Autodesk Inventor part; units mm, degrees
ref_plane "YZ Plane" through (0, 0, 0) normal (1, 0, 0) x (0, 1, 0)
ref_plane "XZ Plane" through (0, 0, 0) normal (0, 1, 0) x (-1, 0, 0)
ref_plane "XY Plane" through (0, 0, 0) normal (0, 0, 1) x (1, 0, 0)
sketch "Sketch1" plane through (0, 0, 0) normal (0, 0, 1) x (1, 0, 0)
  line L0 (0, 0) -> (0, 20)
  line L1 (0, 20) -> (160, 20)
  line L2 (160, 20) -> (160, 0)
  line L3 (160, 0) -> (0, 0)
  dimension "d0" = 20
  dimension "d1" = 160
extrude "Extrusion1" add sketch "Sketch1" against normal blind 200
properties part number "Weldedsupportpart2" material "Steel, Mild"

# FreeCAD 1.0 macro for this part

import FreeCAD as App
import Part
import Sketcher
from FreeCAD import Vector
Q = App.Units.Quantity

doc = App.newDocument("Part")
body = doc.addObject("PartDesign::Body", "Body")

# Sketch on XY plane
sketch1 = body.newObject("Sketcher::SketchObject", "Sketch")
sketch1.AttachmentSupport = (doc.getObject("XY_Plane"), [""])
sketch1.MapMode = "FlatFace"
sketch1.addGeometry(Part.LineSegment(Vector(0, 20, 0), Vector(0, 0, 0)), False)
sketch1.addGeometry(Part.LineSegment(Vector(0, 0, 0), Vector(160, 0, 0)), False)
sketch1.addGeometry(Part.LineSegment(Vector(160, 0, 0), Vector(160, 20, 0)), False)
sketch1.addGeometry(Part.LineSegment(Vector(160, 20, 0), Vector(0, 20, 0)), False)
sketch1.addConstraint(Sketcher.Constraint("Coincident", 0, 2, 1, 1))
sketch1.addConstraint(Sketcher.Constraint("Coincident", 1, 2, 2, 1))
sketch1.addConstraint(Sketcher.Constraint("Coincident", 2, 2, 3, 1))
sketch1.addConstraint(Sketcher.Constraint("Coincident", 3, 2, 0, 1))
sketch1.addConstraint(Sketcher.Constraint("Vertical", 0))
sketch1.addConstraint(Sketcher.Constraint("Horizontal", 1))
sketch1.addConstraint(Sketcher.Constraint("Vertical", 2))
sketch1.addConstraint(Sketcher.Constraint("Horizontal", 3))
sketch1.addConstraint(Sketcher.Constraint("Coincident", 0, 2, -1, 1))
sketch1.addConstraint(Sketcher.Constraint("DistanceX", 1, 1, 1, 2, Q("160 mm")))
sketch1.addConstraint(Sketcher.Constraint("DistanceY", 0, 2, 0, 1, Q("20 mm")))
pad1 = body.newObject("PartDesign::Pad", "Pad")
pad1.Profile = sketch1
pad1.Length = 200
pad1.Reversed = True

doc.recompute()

> [What is being asked]: Extract exactly and only the lines above from the line containing "plane through (0, 0, 0)" through the line containing "# FreeCAD 1.0 macro for this part", both end lines included.

> [Exercise solution]:
sketch "Sketch1" plane through (0, 0, 0) normal (0, 0, 1) x (1, 0, 0)
  line L0 (0, 0) -> (0, 20)
  line L1 (0, 20) -> (160, 20)
  line L2 (160, 20) -> (160, 0)
  line L3 (160, 0) -> (0, 0)
  dimension "d0" = 20
  dimension "d1" = 160
extrude "Extrusion1" add sketch "Sketch1" against normal blind 200
properties part number "Weldedsupportpart2" material "Steel, Mild"

# FreeCAD 1.0 macro for this part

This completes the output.